### YOUR GOAL:
Your answer must be the lines of the entries below, exactly as written, from the first line through the line containing "v16 (161.5,46,0)".

Stored data
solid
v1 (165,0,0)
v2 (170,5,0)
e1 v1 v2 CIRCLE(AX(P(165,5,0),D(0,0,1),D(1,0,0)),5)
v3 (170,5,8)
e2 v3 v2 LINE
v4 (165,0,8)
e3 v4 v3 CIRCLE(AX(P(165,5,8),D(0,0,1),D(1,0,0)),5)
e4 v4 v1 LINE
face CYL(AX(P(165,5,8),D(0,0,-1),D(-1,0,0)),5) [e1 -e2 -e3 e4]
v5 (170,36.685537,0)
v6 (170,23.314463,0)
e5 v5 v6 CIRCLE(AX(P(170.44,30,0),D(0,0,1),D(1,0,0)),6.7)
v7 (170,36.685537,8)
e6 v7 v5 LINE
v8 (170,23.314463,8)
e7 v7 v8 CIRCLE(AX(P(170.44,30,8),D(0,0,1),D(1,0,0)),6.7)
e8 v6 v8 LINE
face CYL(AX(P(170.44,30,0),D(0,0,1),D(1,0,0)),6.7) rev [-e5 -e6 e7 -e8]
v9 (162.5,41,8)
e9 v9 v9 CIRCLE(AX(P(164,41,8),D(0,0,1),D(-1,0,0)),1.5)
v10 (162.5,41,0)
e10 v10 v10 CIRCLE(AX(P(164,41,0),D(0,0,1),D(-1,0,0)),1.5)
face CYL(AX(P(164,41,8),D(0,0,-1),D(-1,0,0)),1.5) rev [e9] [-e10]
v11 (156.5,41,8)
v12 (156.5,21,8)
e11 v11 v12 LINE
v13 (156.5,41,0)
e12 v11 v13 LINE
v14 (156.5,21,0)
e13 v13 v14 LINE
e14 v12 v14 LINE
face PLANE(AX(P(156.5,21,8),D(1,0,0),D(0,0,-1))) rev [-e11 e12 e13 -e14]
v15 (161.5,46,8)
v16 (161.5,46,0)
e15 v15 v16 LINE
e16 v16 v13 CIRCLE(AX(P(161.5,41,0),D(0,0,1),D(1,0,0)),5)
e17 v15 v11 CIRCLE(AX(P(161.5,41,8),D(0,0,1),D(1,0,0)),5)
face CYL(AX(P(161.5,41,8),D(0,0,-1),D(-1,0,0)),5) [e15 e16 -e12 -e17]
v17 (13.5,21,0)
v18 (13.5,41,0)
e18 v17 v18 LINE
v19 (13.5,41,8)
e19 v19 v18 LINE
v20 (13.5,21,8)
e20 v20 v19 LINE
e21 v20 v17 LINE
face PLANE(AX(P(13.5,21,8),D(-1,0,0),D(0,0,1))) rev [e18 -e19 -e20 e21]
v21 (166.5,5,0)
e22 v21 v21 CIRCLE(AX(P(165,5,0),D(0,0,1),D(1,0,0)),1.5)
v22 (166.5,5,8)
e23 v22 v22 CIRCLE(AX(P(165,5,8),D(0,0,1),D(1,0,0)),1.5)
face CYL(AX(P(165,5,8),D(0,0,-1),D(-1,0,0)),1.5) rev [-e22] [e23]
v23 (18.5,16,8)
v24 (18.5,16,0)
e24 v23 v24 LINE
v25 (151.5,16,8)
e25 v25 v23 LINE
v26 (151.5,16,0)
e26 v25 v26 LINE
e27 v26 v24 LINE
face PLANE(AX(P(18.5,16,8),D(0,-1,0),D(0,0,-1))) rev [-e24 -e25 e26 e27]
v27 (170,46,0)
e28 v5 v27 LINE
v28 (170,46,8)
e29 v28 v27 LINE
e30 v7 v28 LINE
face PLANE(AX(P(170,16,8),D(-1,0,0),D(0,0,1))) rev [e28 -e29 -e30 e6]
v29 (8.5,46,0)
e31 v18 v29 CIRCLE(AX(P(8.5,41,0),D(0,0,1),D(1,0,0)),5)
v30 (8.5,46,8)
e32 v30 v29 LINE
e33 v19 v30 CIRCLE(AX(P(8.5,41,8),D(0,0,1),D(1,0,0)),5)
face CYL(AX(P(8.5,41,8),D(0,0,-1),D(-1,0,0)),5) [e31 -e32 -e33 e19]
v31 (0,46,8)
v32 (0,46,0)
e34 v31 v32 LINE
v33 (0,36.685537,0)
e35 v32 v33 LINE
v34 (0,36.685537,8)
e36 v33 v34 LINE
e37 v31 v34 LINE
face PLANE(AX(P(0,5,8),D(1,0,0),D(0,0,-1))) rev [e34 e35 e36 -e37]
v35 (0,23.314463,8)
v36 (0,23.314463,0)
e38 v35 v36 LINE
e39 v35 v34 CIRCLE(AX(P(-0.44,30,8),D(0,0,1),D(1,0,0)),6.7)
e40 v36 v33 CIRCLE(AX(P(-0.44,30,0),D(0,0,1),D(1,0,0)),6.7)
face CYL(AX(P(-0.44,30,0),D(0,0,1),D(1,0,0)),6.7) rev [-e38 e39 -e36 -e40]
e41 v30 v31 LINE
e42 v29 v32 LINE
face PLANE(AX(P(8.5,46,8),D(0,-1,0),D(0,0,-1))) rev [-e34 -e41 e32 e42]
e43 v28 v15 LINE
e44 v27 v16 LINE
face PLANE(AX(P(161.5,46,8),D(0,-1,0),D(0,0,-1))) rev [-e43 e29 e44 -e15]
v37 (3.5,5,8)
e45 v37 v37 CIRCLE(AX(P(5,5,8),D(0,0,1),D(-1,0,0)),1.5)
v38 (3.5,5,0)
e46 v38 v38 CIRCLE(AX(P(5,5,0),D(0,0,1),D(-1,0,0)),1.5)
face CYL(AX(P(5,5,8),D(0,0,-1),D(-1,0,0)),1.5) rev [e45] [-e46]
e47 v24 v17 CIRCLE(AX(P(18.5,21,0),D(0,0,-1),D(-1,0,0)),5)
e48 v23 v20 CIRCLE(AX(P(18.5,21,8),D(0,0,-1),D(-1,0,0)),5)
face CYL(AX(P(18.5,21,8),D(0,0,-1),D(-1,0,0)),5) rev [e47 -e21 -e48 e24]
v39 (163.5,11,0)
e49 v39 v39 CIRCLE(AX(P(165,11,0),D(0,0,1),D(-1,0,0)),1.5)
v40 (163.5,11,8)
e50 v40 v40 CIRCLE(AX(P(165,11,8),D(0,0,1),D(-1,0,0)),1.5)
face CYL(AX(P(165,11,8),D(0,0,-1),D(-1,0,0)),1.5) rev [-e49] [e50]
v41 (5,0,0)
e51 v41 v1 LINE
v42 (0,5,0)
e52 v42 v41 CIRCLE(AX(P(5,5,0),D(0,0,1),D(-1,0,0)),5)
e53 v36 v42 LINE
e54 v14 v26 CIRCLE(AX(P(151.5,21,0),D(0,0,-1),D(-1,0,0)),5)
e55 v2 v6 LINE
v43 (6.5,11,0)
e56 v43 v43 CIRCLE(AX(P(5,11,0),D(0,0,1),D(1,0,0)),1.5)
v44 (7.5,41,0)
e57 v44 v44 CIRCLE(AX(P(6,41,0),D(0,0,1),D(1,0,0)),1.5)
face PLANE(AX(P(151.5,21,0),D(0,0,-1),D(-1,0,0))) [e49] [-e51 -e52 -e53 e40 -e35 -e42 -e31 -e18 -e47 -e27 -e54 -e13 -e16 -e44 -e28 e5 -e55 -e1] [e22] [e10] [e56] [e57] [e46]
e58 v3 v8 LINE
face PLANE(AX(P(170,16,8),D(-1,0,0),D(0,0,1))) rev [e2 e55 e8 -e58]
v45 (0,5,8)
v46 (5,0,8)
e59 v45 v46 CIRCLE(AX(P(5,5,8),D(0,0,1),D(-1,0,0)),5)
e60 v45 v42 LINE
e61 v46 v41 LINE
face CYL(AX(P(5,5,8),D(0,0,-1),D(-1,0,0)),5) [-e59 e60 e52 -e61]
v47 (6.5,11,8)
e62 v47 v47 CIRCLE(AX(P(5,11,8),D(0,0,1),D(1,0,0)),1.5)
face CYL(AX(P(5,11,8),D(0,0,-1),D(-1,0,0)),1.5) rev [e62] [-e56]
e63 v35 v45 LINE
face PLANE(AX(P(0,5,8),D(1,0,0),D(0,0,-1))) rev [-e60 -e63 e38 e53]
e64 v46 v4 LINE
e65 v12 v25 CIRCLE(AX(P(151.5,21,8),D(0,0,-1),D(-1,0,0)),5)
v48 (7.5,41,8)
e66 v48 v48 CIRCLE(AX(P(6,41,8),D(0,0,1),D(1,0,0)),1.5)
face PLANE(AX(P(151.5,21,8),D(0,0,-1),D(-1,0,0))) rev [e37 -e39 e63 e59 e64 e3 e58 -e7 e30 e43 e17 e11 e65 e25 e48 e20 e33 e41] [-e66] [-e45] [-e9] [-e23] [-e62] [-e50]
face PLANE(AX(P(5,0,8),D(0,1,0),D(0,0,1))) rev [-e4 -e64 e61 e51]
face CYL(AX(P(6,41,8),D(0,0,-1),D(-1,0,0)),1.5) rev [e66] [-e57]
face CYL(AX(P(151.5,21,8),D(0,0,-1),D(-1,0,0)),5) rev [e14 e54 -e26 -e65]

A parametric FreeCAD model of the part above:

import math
import FreeCAD as App
import Part
import Sketcher

V = App.Vector
Q = App.Units.Quantity

doc = App.newDocument("Part")
body = doc.addObject("PartDesign::Body", "Body")

sketch1 = body.newObject("Sketcher::SketchObject", "Sketch")
sketch1.AttachmentSupport = (doc.getObject("XY_Plane"), [""])
sketch1.MapMode = "FlatFace"
sketch1.addGeometry(Part.LineSegment(V(5, 0, 0), V(165, 0, 0)), False)
sketch1.addGeometry(Part.ArcOfCircle(Part.Circle(V(165, 5, 0), V(0, 0, 1), 5), math.radians(-90), math.radians(0)), False)
sketch1.addGeometry(Part.LineSegment(V(170, 5, 0), V(170, 46, 0)), False)
sketch1.addGeometry(Part.LineSegment(V(170, 46, 0), V(161.5, 46, 0)), False)
sketch1.addGeometry(Part.ArcOfCircle(Part.Circle(V(161.5, 41, 0), V(0, 0, 1), 5), math.radians(90), math.radians(180)), False)
sketch1.addGeometry(Part.LineSegment(V(156.5, 41, 0), V(156.5, 21, 0)), False)
sketch1.addGeometry(Part.ArcOfCircle(Part.Circle(V(151.5, 21, 0), V(0, 0, 1), 5), math.radians(-90), math.radians(0)), False)
sketch1.addGeometry(Part.LineSegment(V(151.5, 16, 0), V(18.5, 16, 0)), False)
sketch1.addGeometry(Part.ArcOfCircle(Part.Circle(V(18.5, 21, 0), V(0, 0, 1), 5), math.radians(180), math.radians(270)), False)
sketch1.addGeometry(Part.LineSegment(V(13.5, 21, 0), V(13.5, 41, 0)), False)
sketch1.addGeometry(Part.ArcOfCircle(Part.Circle(V(8.5, 41, 0), V(0, 0, 1), 5), math.radians(0), math.radians(90)), False)
sketch1.addGeometry(Part.LineSegment(V(8.5, 46, 0), V(0, 46, 0)), False)
sketch1.addGeometry(Part.LineSegment(V(0, 46, 0), V(0, 5, 0)), False)
sketch1.addGeometry(Part.ArcOfCircle(Part.Circle(V(5, 5, 0), V(0, 0, 1), 5), math.radians(180), math.radians(270)), False)
sketch1.addGeometry(Part.Circle(V(5, 5, 0), V(0, 0, 1), 1.5), False)
sketch1.addGeometry(Part.Circle(V(5, 11, 0), V(0, 0, 1), 1.5), False)
sketch1.addGeometry(Part.Circle(V(165, 5, 0), V(0, 0, 1), 1.5), False)
sketch1.addGeometry(Part.Circle(V(165, 11, 0), V(0, 0, 1), 1.5), False)
sketch1.addGeometry(Part.Circle(V(6, 41, 0), V(0, 0, 1), 1.5), False)
sketch1.addGeometry(Part.Circle(V(164, 41, 0), V(0, 0, 1), 1.5), False)
sketch1.addConstraint(Sketcher.Constraint("Tangent", 0, 2, 1, 1))
sketch1.addConstraint(Sketcher.Constraint("Tangent", 1, 2, 2, 1))
sketch1.addConstraint(Sketcher.Constraint("Coincident", 2, 2, 3, 1))
sketch1.addConstraint(Sketcher.Constraint("Tangent", 3, 2, 4, 1))
sketch1.addConstraint(Sketcher.Constraint("Tangent", 4, 2, 5, 1))
sketch1.addConstraint(Sketcher.Constraint("Tangent", 5, 2, 6, 2))
sketch1.addConstraint(Sketcher.Constraint("Tangent", 6, 1, 7, 1))
sketch1.addConstraint(Sketcher.Constraint("Tangent", 7, 2, 8, 2))
sketch1.addConstraint(Sketcher.Constraint("Tangent", 8, 1, 9, 1))
sketch1.addConstraint(Sketcher.Constraint("Tangent", 9, 2, 10, 1))
sketch1.addConstraint(Sketcher.Constraint("Tangent", 10, 2, 11, 1))
sketch1.addConstraint(Sketcher.Constraint("Coincident", 11, 2, 12, 1))
sketch1.addConstraint(Sketcher.Constraint("Tangent", 12, 2, 13, 1))
sketch1.addConstraint(Sketcher.Constraint("Tangent", 13, 2, 0, 1))
sketch1.addConstraint(Sketcher.Constraint("Horizontal", 0))
sketch1.addConstraint(Sketcher.Constraint("Vertical", 2))
sketch1.addConstraint(Sketcher.Constraint("Horizontal", 3))
sketch1.addConstraint(Sketcher.Constraint("Vertical", 5))
sketch1.addConstraint(Sketcher.Constraint("Horizontal", 7))
sketch1.addConstraint(Sketcher.Constraint("Vertical", 9))
sketch1.addConstraint(Sketcher.Constraint("Horizontal", 11))
sketch1.addConstraint(Sketcher.Constraint("Vertical", 12))
sketch1.addConstraint(Sketcher.Constraint("Coincident", 14, 3, 13, 3))
sketch1.addConstraint(Sketcher.Constraint("Coincident", 16, 3, 1, 3))
sketch1.addConstraint(Sketcher.Constraint("Equal", 1, 4))
sketch1.addConstraint(Sketcher.Constraint("Equal", 4, 6))
sketch1.addConstraint(Sketcher.Constraint("Equal", 6, 8))
sketch1.addConstraint(Sketcher.Constraint("Equal", 8, 10))
sketch1.addConstraint(Sketcher.Constraint("Equal", 10, 13))
sketch1.addConstraint(Sketcher.Constraint("Equal", 14, 15))
sketch1.addConstraint(Sketcher.Constraint("Equal", 15, 16))
sketch1.addConstraint(Sketcher.Constraint("Equal", 16, 17))
sketch1.addConstraint(Sketcher.Constraint("Equal", 17, 18))
sketch1.addConstraint(Sketcher.Constraint("Equal", 18, 19))
sketch1.addConstraint(Sketcher.Constraint("PointOnObject", 0, 2, -1))
sketch1.addConstraint(Sketcher.Constraint("PointOnObject", 11, 2, -2))
sketch1.addConstraint(Sketcher.Constraint("Horizontal", 4, 3, 10, 3))
sketch1.addConstraint(Sketcher.Constraint("Horizontal", 15, 3, 17, 3))
sketch1.addConstraint(Sketcher.Constraint("Horizontal", 10, 3, 18, 3))
sketch1.addConstraint(Sketcher.Constraint("Horizontal", 18, 3, 19, 3))
sketch1.addConstraint(Sketcher.Constraint("Vertical", 14, 3, 15, 3))
sketch1.addConstraint(Sketcher.Constraint("Vertical", 16, 3, 17, 3))
sketch1.addConstraint(Sketcher.Constraint("Equal", 3, 11))
sketch1.addConstraint(Sketcher.Constraint("Diameter", 14, Q("3 mm")))
sketch1.addConstraint(Sketcher.Constraint("Radius", 1, Q("5 mm")))
sketch1.addConstraint(Sketcher.Constraint("DistanceX", 0, 1, 0, 2, Q("160 mm")))
sketch1.addConstraint(Sketcher.Constraint("DistanceX", 7, 2, 7, 1, Q("133 mm")))
sketch1.addConstraint(Sketcher.Constraint("DistanceY", 2, 1, 2, 2, Q("41 mm")))
sketch1.addConstraint(Sketcher.Constraint("DistanceY", 5, 2, 5, 1, Q("20 mm")))
sketch1.addConstraint(Sketcher.Constraint("DistanceY", -1, 1, 15, 3, Q("11 mm")))
sketch1.addConstraint(Sketcher.Constraint("DistanceX", -1, 1, 18, 3, Q("6 mm")))
sketch1.addConstraint(Sketcher.Constraint("DistanceX", -1, 1, 19, 3, Q("164 mm")))
pad1 = body.newObject("PartDesign::Pad", "Pad")
pad1.Profile = sketch1
pad1.Length = 8

sketch2 = body.newObject("Sketcher::SketchObject", "Sketch001")
sketch2.AttachmentSupport = (doc.getObject("XY_Plane"), [""])
sketch2.MapMode = "FlatFace"
sketch2.AttachmentOffset = App.Placement(V(0, 0, 8), App.Rotation())
sketch2.addGeometry(Part.LineSegment(V(0, 37, 0), V(0, 23, 0)), False)
sketch2.addGeometry(Part.ArcOfCircle(Part.Circle(V(0, 30, 0), V(0, 0, 1), 7), math.radians(-90), math.radians(90)), False)
sketch2.addGeometry(Part.LineSegment(V(170, 23, 0), V(170, 37, 0)), False)
sketch2.addGeometry(Part.ArcOfCircle(Part.Circle(V(170, 30, 0), V(0, 0, 1), 7), math.radians(90), math.radians(270)), False)
sketch2.addConstraint(Sketcher.Constraint("Coincident", 0, 1, 1, 2))
sketch2.addConstraint(Sketcher.Constraint("Coincident", 1, 1, 0, 2))
sketch2.addConstraint(Sketcher.Constraint("Coincident", 2, 1, 3, 2))
sketch2.addConstraint(Sketcher.Constraint("Coincident", 3, 1, 2, 2))
sketch2.addConstraint(Sketcher.Constraint("Vertical", 0))
sketch2.addConstraint(Sketcher.Constraint("Vertical", 2))
sketch2.addConstraint(Sketcher.Constraint("Equal", 1, 3))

### YOUR SOLUTION:
solid
v1 (165,0,0)
v2 (170,5,0)
e1 v1 v2 CIRCLE(AX(P(165,5,0),D(0,0,1),D(1,0,0)),5)
v3 (170,5,8)
e2 v3 v2 LINE
v4 (165,0,8)
e3 v4 v3 CIRCLE(AX(P(165,5,8),D(0,0,1),D(1,0,0)),5)
e4 v4 v1 LINE
face CYL(AX(P(165,5,8),D(0,0,-1),D(-1,0,0)),5) [e1 -e2 -e3 e4]
v5 (170,36.685537,0)
v6 (170,23.314463,0)
e5 v5 v6 CIRCLE(AX(P(170.44,30,0),D(0,0,1),D(1,0,0)),6.7)
v7 (170,36.685537,8)
e6 v7 v5 LINE
v8 (170,23.314463,8)
e7 v7 v8 CIRCLE(AX(P(170.44,30,8),D(0,0,1),D(1,0,0)),6.7)
e8 v6 v8 LINE
face CYL(AX(P(170.44,30,0),D(0,0,1),D(1,0,0)),6.7) rev [-e5 -e6 e7 -e8]
v9 (162.5,41,8)
e9 v9 v9 CIRCLE(AX(P(164,41,8),D(0,0,1),D(-1,0,0)),1.5)
v10 (162.5,41,0)
e10 v10 v10 CIRCLE(AX(P(164,41,0),D(0,0,1),D(-1,0,0)),1.5)
face CYL(AX(P(164,41,8),D(0,0,-1),D(-1,0,0)),1.5) rev [e9] [-e10]
v11 (156.5,41,8)
v12 (156.5,21,8)
e11 v11 v12 LINE
v13 (156.5,41,0)
e12 v11 v13 LINE
v14 (156.5,21,0)
e13 v13 v14 LINE
e14 v12 v14 LINE
face PLANE(AX(P(156.5,21,8),D(1,0,0),D(0,0,-1))) rev [-e11 e12 e13 -e14]
v15 (161.5,46,8)
v16 (161.5,46,0)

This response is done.